I don't know if Zsiggi was briefly on his leash at the dog park or not... but he was on his leash when he snapped at the lab puppy. It could be that his recent behavior developed when he realized that being on leash offers him no means of escape. Sometimes dogs get "aggressive" on leash because they are a little bit scared. They know they can't really run away, and so "the best defense is a good offense." Just a thought. One thing I do know for sure is that dog parks can be risky, and you should never, ever have your dog on leash at the dog park.


----------



## Tina Bendzsa (Apr 11, 2012)

Thanks for all of the suggestions. At 20 months old, he's definitely an adolescent so it could be that he's acting out (he was neutered at 14 months). He didn't have a leash on him the first time he acted it out and with the 2nd incident both dogs were leashed. I never thought of his thyroid but his vet does suspect a slight heart murmer (supposed to get more tests done to confirm). He's not shown any aggressive tendencies to people at all.
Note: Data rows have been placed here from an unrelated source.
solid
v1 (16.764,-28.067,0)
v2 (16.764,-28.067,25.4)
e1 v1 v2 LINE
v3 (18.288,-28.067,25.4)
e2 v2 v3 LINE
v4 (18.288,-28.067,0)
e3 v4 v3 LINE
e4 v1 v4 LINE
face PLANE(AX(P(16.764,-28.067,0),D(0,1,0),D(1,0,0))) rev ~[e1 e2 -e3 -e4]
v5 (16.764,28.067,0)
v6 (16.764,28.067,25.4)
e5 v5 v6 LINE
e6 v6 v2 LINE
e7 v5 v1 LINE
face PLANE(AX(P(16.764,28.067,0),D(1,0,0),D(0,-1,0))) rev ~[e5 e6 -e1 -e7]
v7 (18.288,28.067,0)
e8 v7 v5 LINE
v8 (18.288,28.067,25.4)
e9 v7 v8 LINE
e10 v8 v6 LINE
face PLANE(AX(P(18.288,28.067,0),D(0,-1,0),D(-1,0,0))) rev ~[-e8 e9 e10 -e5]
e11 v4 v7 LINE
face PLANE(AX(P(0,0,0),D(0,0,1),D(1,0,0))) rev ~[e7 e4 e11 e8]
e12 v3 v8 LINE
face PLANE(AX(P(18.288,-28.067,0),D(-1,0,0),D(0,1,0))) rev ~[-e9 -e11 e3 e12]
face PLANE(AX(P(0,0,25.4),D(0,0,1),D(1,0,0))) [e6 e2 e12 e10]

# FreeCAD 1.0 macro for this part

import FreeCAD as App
import Part
import Sketcher
Q = App.Units.Quantity


def add_polygon(sketch, points):
    """Adds a closed chain of lines whose ends are joined by coincident constraints."""
    first, n = sketch.GeometryCount, len(points)
    for a, b in zip(points, points[1:] + points[:1]):
        sketch.addGeometry(Part.LineSegment(App.Vector(*a, 0), App.Vector(*b, 0)), False)
    for i in range(n):
        sketch.addConstraint(Sketcher.Constraint("Coincident", first + i, 2, first + (i + 1) % n, 1))

doc = App.newDocument("Part")
params = doc.addObject("Spreadsheet::Sheet", "Params")
for row, (alias, value) in enumerate([
    ("sketch1_width", "0.06 in"),
    ("sketch1_height", "2.21 in"),
    ("pad1_length", "1 in"),
], start=1):
    params.set(f"A{row}", alias)
    params.set(f"B{row}", "=" + value)
    params.setAlias(f"B{row}", alias)

body = doc.addObject("PartDesign::Body", "Body")

sketch1 = body.newObject("Sketcher::SketchObject", "Sketch")
sketch1.AttachmentSupport = (doc.getObject("XY_Plane"), [""])
sketch1.MapMode = "FlatFace"
add_polygon(sketch1, [(16.764, 28.067), (16.764, -28.067), (18.288, -28.067), (18.288, 28.067)])
sketch1.addConstraint(Sketcher.Constraint("Vertical", 0))
sketch1.addConstraint(Sketcher.Constraint("Horizontal", 1))
sketch1.addConstraint(Sketcher.Constraint("Vertical", 2))
sketch1.addConstraint(Sketcher.Constraint("Horizontal", 3))
sketch1.addConstraint(Sketcher.Constraint("DistanceX", 1, 1, 1, 2, Q("0.06 in")))
sketch1.addConstraint(Sketcher.Constraint("DistanceY", 0, 2, 0, 1, Q("2.21 in")))
sketch1.addConstraint(Sketcher.Constraint("DistanceX", -1, 1, 0, 2, Q("0.66 in")))
sketch1.addConstraint(Sketcher.Constraint("DistanceY", 0, 2, -1, 1, Q("1.105 in")))
sketch1.setExpression("Constraints[8]", "Params.sketch1_width")
sketch1.setExpression("Constraints[9]", "Params.sketch1_height")
pad1 = body.newObject("PartDesign::Pad", "Pad")
pad1.Profile = sketch1
pad1.setExpression("Length", "Params.pad1_length")

doc.recompute()
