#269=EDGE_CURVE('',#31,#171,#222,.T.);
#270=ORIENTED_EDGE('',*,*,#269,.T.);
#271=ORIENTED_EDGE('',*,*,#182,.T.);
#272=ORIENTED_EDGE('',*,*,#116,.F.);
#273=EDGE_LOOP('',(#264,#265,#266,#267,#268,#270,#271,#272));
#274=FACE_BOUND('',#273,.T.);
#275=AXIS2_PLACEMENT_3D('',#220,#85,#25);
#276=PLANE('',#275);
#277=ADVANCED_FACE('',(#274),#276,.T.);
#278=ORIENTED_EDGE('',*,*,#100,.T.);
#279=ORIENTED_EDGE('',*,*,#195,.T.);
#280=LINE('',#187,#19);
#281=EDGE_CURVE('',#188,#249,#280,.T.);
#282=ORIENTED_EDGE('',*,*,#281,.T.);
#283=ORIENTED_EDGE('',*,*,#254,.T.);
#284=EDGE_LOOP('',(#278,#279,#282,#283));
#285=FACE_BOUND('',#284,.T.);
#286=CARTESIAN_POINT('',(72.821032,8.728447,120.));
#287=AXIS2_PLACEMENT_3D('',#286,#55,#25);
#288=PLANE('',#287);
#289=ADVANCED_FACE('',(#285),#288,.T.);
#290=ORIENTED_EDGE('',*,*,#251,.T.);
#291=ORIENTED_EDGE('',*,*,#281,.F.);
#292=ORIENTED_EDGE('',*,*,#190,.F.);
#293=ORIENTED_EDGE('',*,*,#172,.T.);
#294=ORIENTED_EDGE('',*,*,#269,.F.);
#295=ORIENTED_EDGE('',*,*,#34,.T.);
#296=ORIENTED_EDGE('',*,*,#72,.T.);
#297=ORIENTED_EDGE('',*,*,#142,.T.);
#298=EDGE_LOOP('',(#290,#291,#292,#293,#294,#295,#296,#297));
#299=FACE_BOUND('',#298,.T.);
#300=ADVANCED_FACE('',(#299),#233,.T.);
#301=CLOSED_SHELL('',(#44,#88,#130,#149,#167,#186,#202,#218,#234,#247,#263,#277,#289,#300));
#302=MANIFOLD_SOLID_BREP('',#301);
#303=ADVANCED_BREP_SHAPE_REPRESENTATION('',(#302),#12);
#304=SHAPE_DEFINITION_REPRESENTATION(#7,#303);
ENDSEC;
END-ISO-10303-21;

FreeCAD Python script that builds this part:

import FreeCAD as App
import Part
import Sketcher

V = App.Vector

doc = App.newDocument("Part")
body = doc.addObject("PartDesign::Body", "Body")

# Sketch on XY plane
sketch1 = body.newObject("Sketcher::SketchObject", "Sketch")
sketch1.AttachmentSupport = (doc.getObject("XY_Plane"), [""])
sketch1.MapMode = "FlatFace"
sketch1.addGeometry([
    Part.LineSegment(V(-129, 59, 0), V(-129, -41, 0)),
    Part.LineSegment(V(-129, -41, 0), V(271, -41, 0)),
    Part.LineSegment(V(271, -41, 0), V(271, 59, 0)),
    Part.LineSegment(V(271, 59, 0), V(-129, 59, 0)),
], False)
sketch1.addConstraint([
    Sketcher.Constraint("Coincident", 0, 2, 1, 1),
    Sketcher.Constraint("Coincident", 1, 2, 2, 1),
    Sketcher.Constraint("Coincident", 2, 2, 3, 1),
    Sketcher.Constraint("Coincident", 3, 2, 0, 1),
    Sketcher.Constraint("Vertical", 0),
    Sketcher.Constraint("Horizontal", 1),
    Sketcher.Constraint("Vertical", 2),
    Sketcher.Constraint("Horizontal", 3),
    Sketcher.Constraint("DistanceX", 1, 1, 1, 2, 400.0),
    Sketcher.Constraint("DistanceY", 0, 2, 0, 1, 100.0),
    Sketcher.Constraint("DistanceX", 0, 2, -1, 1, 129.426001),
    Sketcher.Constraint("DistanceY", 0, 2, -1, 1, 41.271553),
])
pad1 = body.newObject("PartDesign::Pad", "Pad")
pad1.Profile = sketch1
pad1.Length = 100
Any tips for handling a situation like this in case we are confronted with this again? Any training strategy we should work on?

Tina


----------



## marathonman (Jan 15, 2013)

While making sure things are okay at the vet, I would strongly suggest finding a trainer to have a few sessions with to work through these situations. Of course, finding the right type of trainer is key. (positive, positive, positive) 
It's hard to accurately determine what the cause of his "reactive"/aggressive behavior is, whether it's leash or dog aggression, or something else without actually being there. (Although I second mswhipple, dog parks are very risky) 
If I were to speculate going on the information from your original post, as a start I might suggest working spending more time on basic and advanced obedience and tricks. You stated that he's always been laid back, so maybe he needs a little more daily interaction and mental stimulation to keep his mind focused, especially on walks. For the time being on walks, give other dogs wide berths and focus on training to distract when passing. (lots of treats and praise)


----------